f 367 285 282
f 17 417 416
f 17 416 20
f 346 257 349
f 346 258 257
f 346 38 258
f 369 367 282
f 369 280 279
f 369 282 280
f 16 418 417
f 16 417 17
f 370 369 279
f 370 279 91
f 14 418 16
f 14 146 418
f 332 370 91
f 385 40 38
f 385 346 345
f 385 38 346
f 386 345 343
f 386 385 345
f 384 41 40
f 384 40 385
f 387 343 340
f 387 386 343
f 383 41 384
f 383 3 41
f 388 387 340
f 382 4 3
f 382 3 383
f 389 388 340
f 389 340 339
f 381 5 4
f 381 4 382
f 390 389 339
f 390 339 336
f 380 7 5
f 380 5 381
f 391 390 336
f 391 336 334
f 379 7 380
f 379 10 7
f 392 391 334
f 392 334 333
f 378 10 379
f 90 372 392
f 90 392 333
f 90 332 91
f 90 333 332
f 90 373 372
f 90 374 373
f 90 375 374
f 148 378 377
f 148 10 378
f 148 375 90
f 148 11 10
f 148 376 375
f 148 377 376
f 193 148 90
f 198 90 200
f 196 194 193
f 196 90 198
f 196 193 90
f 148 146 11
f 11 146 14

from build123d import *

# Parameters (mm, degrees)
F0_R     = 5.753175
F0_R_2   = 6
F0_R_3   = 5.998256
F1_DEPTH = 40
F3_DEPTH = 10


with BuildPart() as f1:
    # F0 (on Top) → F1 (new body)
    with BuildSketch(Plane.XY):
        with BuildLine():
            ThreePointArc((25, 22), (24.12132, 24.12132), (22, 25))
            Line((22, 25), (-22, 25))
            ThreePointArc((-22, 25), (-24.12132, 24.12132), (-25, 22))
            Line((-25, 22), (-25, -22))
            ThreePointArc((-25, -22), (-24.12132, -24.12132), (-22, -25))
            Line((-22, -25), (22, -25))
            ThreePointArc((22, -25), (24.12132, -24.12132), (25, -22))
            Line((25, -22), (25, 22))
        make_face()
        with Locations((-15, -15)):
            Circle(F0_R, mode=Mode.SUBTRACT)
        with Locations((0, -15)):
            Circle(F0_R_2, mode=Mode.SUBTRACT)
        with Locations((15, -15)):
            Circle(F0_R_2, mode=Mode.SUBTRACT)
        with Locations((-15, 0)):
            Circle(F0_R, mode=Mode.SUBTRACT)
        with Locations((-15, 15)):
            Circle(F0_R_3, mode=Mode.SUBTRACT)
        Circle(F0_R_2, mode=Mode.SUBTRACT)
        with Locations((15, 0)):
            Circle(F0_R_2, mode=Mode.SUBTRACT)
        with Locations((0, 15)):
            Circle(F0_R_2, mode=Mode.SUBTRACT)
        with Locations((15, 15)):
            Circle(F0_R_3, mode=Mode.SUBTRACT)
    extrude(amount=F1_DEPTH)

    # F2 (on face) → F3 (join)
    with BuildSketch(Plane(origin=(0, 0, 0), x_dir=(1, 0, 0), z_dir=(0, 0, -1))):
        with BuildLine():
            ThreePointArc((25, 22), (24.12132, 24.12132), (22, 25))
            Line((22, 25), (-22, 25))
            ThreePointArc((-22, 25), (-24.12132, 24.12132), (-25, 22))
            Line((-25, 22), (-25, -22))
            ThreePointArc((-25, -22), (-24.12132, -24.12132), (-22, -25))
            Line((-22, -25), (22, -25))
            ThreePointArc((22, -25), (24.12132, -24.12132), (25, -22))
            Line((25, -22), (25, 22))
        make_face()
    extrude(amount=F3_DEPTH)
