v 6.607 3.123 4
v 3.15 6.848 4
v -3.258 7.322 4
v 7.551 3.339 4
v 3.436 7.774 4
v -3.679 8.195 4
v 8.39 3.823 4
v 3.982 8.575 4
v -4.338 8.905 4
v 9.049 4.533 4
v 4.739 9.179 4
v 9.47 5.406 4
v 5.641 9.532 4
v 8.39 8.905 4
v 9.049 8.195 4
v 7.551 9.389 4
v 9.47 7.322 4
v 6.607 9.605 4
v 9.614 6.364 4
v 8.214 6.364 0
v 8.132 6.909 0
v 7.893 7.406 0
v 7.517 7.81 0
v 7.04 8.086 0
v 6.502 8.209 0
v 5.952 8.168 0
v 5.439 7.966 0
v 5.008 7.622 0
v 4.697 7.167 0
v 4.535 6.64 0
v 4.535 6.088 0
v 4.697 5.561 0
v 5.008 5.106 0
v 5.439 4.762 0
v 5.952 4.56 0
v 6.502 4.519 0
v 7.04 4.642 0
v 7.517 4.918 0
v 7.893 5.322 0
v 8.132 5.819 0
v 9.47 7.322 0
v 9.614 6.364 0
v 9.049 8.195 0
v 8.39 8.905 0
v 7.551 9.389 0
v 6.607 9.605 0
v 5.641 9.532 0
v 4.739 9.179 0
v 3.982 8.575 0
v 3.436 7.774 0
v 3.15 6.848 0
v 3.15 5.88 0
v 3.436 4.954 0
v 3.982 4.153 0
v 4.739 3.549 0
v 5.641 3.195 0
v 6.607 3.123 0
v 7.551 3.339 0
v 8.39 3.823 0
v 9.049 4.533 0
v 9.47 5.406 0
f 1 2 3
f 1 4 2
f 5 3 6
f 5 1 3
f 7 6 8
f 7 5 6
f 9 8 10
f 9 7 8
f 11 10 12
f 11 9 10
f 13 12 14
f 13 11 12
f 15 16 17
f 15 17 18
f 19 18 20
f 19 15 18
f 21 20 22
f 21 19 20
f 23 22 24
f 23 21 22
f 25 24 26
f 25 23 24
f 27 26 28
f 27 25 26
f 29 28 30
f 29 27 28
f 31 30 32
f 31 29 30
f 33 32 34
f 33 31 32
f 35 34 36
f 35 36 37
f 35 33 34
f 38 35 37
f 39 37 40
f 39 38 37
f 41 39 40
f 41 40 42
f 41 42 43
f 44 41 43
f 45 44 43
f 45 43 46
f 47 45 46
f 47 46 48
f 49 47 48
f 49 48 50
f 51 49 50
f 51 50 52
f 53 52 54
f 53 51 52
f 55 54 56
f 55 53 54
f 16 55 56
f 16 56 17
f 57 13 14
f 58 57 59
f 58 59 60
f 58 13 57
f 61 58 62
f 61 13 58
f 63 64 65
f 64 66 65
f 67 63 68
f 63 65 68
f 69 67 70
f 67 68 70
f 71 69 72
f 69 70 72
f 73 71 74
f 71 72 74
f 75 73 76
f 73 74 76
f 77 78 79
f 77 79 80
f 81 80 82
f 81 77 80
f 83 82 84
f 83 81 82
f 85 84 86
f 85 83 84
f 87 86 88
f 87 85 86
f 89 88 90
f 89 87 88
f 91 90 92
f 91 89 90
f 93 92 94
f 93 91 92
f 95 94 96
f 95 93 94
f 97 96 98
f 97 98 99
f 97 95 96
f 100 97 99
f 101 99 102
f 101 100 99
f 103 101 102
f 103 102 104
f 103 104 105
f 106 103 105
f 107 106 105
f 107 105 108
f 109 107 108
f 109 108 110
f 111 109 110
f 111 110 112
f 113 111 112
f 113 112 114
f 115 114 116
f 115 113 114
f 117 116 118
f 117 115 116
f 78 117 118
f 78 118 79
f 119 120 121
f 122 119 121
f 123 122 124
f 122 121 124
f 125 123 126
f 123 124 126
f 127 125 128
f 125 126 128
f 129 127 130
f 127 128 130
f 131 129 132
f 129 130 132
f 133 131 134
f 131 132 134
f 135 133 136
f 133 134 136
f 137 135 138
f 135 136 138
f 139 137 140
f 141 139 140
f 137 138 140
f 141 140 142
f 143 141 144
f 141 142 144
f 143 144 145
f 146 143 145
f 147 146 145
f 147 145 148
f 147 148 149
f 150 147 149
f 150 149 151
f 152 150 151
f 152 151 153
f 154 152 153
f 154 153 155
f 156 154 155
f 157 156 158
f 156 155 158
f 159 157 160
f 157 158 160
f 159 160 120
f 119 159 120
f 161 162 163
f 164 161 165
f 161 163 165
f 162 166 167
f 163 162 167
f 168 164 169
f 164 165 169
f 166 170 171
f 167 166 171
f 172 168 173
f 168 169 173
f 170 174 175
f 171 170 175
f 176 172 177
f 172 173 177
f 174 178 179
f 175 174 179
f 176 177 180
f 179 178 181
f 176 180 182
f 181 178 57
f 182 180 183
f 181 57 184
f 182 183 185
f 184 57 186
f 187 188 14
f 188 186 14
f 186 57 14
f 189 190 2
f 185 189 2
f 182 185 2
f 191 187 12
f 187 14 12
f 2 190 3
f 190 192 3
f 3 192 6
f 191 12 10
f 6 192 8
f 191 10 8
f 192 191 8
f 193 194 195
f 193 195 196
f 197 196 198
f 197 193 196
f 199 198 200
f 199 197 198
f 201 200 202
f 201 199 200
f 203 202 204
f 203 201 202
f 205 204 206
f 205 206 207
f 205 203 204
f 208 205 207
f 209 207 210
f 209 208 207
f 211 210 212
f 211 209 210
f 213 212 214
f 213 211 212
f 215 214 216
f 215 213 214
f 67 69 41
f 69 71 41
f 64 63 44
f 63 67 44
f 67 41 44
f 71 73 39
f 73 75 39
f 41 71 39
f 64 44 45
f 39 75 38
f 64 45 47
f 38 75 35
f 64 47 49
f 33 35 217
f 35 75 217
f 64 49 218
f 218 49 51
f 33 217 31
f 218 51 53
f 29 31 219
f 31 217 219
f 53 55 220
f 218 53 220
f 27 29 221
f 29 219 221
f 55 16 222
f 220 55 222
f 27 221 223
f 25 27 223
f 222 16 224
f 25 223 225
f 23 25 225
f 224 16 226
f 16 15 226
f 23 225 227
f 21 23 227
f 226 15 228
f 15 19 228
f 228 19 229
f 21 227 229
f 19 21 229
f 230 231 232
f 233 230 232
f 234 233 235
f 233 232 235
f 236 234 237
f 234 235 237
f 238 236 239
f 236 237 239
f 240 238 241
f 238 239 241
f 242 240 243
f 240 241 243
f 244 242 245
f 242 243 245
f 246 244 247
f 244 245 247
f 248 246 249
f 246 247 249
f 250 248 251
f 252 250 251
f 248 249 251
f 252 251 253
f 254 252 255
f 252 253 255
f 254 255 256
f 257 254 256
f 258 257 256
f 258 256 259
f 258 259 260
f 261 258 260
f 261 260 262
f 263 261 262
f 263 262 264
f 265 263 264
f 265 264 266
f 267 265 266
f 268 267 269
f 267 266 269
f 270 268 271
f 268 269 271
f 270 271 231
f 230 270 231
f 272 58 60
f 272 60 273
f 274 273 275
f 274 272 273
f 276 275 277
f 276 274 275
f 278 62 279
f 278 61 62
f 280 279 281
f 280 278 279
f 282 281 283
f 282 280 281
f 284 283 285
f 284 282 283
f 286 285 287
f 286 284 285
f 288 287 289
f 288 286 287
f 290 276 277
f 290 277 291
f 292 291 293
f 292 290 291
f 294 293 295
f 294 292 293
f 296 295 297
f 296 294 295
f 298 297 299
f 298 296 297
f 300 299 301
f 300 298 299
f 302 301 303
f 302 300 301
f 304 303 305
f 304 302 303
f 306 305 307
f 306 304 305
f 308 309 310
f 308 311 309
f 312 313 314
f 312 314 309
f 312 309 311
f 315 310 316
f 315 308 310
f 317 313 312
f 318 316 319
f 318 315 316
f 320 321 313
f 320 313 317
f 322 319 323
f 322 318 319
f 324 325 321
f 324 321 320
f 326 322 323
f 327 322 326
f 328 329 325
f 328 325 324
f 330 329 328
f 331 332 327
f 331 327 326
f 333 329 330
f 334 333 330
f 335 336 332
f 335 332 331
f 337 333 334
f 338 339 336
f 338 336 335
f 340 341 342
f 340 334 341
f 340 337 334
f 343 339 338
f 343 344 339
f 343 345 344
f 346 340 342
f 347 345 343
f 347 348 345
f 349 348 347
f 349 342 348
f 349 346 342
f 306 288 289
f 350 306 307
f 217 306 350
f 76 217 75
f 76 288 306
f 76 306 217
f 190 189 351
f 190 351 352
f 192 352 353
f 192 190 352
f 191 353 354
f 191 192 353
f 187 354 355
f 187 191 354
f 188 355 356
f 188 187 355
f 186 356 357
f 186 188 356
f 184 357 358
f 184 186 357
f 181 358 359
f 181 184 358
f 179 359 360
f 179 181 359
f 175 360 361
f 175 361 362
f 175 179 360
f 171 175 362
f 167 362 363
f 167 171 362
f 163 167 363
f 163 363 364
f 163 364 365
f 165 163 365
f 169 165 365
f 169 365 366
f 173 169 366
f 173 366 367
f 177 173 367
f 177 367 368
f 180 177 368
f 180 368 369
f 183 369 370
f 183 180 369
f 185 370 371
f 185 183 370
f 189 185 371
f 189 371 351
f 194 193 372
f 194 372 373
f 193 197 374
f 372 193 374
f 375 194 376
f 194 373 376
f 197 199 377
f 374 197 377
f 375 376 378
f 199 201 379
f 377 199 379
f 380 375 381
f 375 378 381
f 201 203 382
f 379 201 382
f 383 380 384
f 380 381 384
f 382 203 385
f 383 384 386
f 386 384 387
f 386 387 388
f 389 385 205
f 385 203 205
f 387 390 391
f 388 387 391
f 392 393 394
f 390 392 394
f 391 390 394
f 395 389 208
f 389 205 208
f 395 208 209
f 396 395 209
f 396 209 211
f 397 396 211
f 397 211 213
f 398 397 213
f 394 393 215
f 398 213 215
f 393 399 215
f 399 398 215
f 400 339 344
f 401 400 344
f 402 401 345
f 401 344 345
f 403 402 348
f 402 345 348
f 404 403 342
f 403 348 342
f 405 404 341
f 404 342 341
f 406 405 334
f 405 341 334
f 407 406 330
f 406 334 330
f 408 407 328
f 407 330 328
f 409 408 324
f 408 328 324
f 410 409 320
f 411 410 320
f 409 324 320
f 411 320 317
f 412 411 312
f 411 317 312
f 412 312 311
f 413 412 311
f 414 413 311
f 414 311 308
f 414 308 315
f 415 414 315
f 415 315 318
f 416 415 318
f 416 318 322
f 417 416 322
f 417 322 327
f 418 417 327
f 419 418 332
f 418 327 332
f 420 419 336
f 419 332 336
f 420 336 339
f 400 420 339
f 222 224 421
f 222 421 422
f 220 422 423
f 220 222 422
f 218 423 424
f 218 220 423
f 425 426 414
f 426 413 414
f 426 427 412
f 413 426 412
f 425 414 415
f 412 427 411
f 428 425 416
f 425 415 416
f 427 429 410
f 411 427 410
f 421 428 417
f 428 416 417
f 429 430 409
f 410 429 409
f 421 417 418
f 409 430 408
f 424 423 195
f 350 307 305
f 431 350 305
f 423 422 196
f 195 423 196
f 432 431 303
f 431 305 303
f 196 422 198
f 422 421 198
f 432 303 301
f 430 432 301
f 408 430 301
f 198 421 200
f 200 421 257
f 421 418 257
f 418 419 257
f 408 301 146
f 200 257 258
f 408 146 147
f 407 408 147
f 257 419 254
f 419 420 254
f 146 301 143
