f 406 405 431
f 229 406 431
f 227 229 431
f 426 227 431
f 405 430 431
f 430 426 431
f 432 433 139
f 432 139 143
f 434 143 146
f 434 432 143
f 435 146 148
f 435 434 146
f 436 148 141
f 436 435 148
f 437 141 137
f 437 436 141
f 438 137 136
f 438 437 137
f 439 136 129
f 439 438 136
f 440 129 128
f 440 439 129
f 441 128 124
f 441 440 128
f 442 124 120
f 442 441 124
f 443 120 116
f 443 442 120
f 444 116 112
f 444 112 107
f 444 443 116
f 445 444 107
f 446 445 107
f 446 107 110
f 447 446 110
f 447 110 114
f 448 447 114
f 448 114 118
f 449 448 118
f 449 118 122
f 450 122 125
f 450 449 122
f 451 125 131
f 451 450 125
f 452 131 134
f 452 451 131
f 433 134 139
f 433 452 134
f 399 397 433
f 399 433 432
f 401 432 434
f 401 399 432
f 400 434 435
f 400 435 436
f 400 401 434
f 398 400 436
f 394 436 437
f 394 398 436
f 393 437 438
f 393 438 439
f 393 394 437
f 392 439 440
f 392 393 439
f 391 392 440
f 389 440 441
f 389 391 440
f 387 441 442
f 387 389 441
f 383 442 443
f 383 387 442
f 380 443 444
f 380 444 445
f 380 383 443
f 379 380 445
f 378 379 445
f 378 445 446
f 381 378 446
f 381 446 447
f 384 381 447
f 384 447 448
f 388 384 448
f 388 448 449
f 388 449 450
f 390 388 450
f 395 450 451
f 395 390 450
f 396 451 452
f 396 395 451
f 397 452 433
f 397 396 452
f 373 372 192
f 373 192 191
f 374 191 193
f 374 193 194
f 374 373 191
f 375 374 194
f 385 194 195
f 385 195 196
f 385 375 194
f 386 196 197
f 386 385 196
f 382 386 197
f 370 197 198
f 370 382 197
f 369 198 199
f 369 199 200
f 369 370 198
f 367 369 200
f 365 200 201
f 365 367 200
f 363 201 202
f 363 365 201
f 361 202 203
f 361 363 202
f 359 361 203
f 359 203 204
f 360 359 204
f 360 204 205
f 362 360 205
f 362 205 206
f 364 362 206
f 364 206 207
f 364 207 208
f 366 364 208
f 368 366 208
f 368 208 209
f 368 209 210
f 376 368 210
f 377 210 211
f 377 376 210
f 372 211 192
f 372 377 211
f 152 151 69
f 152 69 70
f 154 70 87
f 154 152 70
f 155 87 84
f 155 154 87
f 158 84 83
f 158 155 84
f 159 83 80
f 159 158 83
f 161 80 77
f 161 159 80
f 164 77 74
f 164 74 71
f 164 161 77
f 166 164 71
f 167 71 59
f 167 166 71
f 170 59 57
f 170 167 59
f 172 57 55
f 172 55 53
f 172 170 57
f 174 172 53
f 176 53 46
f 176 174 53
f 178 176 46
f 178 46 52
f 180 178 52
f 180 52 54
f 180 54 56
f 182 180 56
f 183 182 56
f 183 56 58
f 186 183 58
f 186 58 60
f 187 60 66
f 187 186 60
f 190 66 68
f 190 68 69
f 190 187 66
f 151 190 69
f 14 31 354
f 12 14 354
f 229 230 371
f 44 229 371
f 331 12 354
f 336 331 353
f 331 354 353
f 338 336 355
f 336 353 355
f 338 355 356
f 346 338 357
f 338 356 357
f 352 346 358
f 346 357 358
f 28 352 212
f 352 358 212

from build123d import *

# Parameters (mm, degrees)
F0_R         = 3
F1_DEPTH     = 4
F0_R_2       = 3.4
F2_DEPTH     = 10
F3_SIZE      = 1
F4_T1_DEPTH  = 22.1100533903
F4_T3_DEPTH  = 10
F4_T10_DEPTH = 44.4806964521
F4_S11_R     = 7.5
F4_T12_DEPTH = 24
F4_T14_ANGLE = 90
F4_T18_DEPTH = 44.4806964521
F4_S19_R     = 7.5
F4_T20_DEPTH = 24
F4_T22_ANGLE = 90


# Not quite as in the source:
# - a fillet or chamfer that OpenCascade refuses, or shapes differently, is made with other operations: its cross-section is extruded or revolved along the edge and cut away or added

_Instructions for the task_. Copy out all lines of the listing above that include "Locations".

_Response to this exercise_.
        with Locations((-15, -15)):
        with Locations((0, -15)):
        with Locations((15, -15)):
        with Locations((-15, 0)):
        with Locations((-15, 15)):
        with Locations((15, 0)):
        with Locations((0, 15)):
        with Locations((15, 15)):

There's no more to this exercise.